One of the problems faced by law enforcement and judiciary systems, though, is that there has been a lack of a consensus concerning the definition of the term ‘organized crime’. This has resulted in a failure to formulate laws that can effectively combat this problem on both a national and international level. This conundrum is further compounded by the differences that exist between judicial systems and police strategies both on a national and international level resulting in a scarcity of information sharing between organizations (Roth, 2010: 6).
Organized crime groups, aware of such discrepancies, have exploited these to their advantage.
Realising this shortcoming and the dangers thereof, the United Nations attempted to formulate a working definition of organized crime at the 2000 Convention against Transnational Organized Crime (TOC).
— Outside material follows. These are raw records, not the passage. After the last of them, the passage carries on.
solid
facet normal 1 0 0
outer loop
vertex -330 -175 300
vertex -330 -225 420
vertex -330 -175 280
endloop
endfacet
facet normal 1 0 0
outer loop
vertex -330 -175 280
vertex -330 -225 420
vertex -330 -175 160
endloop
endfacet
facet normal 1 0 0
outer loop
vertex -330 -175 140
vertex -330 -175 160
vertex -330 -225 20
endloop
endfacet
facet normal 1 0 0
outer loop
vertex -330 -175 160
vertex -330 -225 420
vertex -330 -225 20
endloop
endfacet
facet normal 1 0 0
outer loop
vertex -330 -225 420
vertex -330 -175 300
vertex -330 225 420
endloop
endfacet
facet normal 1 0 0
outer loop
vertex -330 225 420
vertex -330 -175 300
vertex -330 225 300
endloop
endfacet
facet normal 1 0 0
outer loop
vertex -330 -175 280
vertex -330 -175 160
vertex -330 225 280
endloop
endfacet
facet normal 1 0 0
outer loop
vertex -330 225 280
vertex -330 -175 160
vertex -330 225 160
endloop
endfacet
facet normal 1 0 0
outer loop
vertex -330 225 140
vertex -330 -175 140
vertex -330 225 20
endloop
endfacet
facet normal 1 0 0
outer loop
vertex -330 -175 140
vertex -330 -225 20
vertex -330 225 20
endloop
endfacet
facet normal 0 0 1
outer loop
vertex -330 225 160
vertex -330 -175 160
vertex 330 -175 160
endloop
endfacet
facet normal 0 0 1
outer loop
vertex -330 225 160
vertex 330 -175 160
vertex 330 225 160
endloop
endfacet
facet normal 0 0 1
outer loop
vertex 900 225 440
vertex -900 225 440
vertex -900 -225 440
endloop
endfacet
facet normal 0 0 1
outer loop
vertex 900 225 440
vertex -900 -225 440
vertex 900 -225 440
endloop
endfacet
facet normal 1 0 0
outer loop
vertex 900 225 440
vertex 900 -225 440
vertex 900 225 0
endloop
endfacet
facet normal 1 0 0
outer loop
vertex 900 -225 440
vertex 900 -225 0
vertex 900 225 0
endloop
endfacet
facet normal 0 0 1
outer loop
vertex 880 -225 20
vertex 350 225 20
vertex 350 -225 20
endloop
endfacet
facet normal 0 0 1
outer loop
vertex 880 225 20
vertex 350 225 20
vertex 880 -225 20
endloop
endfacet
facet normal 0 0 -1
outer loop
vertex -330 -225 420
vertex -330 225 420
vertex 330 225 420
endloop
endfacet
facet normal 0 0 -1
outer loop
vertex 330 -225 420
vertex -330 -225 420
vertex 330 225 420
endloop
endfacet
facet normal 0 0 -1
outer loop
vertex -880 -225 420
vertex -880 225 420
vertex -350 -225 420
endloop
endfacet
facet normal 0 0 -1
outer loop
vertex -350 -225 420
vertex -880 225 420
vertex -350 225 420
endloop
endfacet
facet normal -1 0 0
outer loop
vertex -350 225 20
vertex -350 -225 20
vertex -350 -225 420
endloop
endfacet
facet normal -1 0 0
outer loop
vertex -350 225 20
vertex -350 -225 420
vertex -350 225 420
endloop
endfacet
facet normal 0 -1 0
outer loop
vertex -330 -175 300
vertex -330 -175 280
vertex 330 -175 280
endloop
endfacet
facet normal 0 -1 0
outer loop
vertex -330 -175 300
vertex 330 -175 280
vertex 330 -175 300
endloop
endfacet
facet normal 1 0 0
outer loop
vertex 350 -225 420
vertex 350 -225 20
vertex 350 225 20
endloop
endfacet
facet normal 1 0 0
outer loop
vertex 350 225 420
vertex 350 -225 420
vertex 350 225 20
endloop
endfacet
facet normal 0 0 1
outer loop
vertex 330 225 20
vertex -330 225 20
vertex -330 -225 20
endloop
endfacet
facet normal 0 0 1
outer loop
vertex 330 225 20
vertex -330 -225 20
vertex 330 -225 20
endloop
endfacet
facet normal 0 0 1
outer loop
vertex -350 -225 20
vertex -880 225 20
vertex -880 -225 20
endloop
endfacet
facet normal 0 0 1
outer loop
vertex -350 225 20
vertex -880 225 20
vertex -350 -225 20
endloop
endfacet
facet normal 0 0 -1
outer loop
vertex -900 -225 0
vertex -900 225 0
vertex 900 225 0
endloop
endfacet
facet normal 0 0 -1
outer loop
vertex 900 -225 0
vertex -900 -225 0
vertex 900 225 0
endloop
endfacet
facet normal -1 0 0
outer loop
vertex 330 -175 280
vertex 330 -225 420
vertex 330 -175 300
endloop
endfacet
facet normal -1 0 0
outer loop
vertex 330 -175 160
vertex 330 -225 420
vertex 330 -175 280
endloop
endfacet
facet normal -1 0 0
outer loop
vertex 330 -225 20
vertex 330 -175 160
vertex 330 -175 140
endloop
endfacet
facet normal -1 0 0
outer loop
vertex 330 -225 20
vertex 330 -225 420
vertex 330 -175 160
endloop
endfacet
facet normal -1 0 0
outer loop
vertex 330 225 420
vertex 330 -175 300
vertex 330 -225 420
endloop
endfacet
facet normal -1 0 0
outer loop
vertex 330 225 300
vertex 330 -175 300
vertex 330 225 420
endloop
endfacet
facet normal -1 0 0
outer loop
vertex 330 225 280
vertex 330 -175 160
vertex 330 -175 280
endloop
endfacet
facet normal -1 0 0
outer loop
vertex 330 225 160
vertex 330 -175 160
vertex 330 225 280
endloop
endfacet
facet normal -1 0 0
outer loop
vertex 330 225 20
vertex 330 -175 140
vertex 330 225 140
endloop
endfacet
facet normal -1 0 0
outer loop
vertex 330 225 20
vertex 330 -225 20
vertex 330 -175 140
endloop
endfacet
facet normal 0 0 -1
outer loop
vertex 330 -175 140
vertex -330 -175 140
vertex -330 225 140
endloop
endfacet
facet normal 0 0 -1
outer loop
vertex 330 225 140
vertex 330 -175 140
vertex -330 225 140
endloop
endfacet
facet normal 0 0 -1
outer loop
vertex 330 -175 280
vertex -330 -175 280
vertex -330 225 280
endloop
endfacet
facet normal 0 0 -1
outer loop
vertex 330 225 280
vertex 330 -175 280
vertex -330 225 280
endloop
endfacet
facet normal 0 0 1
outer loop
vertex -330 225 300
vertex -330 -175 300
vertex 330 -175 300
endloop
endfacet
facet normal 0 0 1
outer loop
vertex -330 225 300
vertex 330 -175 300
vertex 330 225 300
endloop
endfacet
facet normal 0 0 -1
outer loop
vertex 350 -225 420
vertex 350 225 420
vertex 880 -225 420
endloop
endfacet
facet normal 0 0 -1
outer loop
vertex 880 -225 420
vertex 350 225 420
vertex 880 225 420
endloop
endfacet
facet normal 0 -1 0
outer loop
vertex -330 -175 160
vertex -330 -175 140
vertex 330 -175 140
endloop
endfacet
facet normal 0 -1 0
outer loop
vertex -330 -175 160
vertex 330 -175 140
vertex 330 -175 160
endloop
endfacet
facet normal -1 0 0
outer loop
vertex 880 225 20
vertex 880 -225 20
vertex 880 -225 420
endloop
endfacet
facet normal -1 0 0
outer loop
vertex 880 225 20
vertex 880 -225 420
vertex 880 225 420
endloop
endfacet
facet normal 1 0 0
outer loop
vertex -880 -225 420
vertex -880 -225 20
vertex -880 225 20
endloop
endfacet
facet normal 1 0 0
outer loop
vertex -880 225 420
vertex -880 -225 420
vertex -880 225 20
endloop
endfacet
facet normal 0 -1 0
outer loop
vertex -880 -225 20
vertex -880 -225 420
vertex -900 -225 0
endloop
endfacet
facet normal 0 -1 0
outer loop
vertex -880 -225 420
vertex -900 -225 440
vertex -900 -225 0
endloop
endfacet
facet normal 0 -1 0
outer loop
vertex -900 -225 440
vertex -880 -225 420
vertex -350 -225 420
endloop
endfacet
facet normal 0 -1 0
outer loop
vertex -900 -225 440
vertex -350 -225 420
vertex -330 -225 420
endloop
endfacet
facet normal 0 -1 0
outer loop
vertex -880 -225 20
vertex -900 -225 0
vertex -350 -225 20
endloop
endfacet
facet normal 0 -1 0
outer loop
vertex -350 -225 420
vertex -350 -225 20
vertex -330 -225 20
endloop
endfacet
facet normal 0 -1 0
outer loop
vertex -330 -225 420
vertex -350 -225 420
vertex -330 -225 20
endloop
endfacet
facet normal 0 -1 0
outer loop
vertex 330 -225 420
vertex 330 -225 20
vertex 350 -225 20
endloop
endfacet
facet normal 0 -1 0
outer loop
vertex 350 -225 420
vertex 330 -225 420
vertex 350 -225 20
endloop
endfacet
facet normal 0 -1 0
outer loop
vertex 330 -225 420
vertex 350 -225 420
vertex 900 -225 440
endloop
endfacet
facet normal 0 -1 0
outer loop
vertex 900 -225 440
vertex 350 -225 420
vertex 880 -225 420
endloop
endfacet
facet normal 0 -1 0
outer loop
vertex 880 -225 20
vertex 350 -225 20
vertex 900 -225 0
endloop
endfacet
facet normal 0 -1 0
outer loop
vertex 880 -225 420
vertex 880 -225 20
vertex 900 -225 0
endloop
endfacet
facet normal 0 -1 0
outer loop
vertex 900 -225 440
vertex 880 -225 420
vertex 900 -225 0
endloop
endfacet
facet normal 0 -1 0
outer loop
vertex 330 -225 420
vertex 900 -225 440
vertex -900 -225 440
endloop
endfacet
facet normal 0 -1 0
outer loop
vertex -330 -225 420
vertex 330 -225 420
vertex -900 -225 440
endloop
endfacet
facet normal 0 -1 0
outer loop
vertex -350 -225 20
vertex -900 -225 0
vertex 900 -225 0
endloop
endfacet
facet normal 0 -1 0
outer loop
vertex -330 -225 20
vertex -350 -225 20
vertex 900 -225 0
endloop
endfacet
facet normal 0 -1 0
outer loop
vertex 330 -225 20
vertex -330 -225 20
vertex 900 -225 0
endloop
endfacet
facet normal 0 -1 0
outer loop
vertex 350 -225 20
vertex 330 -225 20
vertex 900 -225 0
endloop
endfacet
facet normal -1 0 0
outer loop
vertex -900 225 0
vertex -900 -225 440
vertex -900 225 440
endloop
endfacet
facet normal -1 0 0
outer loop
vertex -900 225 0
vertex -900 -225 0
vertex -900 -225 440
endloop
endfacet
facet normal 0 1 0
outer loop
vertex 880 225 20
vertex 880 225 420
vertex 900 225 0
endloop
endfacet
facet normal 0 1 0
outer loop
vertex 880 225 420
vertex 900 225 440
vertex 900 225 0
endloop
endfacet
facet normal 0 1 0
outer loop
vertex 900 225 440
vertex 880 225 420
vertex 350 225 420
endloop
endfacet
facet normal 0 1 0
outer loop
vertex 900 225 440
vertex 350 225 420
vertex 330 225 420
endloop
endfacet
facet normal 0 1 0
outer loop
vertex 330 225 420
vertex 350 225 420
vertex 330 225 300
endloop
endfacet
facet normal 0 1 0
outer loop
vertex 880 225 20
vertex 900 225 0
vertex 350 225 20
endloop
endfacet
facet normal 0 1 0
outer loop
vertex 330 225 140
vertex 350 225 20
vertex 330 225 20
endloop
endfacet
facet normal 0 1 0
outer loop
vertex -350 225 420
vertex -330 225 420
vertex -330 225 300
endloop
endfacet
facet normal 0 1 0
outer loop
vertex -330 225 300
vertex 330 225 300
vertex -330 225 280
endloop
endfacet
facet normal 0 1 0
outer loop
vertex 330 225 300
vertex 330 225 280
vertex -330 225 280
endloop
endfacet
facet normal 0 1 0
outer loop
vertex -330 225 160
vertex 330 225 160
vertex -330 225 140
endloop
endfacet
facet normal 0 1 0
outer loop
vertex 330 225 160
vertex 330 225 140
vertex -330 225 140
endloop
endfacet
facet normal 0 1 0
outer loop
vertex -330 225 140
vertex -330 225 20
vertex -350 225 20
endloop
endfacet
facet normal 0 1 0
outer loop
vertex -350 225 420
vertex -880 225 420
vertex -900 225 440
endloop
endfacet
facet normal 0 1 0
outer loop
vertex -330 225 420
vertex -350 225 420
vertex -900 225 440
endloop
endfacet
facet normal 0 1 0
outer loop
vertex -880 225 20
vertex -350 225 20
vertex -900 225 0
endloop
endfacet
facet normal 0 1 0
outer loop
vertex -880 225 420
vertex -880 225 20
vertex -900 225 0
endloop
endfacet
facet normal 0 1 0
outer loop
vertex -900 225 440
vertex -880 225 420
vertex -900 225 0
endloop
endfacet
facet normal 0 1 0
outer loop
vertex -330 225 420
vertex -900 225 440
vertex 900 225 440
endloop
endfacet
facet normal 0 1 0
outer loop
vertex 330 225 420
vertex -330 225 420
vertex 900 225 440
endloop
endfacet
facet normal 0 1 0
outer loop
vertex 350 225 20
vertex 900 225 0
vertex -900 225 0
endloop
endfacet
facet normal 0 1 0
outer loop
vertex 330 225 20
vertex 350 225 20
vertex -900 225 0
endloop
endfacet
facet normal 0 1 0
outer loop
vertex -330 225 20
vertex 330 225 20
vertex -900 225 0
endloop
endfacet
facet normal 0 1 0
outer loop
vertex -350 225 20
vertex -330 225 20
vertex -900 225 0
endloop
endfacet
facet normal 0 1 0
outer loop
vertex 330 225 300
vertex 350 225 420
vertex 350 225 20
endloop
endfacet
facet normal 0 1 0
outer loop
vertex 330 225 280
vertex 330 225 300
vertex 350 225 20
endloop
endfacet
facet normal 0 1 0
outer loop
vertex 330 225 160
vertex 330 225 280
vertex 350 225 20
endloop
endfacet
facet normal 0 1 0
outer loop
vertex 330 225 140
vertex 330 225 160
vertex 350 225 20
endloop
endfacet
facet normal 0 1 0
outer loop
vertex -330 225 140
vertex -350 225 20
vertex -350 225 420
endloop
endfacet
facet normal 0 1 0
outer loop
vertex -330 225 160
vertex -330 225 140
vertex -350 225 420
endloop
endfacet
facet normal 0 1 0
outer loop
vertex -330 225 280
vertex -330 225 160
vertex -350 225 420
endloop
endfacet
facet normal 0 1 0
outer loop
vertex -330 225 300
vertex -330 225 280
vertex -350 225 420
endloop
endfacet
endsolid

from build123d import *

# Parameters (mm, degrees)
F0_W     = 1800
F0_H     = 450
F1_DEPTH = 20
F2_W     = 20
F2_H     = 450
F3_DEPTH = 400
F4_W     = 1780
F4_H     = 450
F4_W_2   = 20
F5_DEPTH = 20
F6_W     = 400
F6_H     = 20
F7_DEPTH = 660


with BuildPart() as f1:
    # F0 (on Top) → F1 (new body)
    with BuildSketch(Plane.XY):
        Rectangle(F0_W, F0_H)
    extrude(amount=F1_DEPTH)

    # F2 (on face) → F3 (join)
    with BuildSketch(Plane.XY.offset(20)):
        with Locations((-890, 0)):
            Rectangle(F2_W, F2_H)
        with Locations((890, 0)):
            Rectangle(F2_W, F2_H)
        with Locations((340, 0)):
            Rectangle(F2_W, F2_H)
        with Locations((-340, 0)):
            Rectangle(F2_W, F2_H)
    extrude(amount=F3_DEPTH)

    # F4 (on face) → F5 (join)
    with BuildSketch(Plane.XY.offset(420)):
        with Locations((-10, 0)):
            Rectangle(F4_W, F4_H)
        with Locations((890, 0)):
            Rectangle(F4_W_2, F4_H)
    extrude(amount=F5_DEPTH)

    # F6 (on face) → F7 (join)
    with BuildSketch(Plane.YZ.offset(-330)):
        with Locations((25, 150)):
            Rectangle(F6_W, F6_H)
        with Locations((25, 290)):
            Rectangle(F6_W, F6_H)
    extrude(amount=F7_DEPTH)


solid = f1.part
Due to the intricate and complex notion of organized crime, international representatives failed to achieve consensus on a working definition of the term (Lyman & Potter, 2011:8). To overcome this impasse, the UN representatives instead adopted a broad definition of organized criminal groups which they defined as:
a structured group of three or more persons, existing for a period of time and acting in concert with the aim of committing one or more serious crimes or offences established in accordance with this Convention, in order to obtain, directly or indirectly, a financial or other material benefit (TOC Convention, Article 2(a)).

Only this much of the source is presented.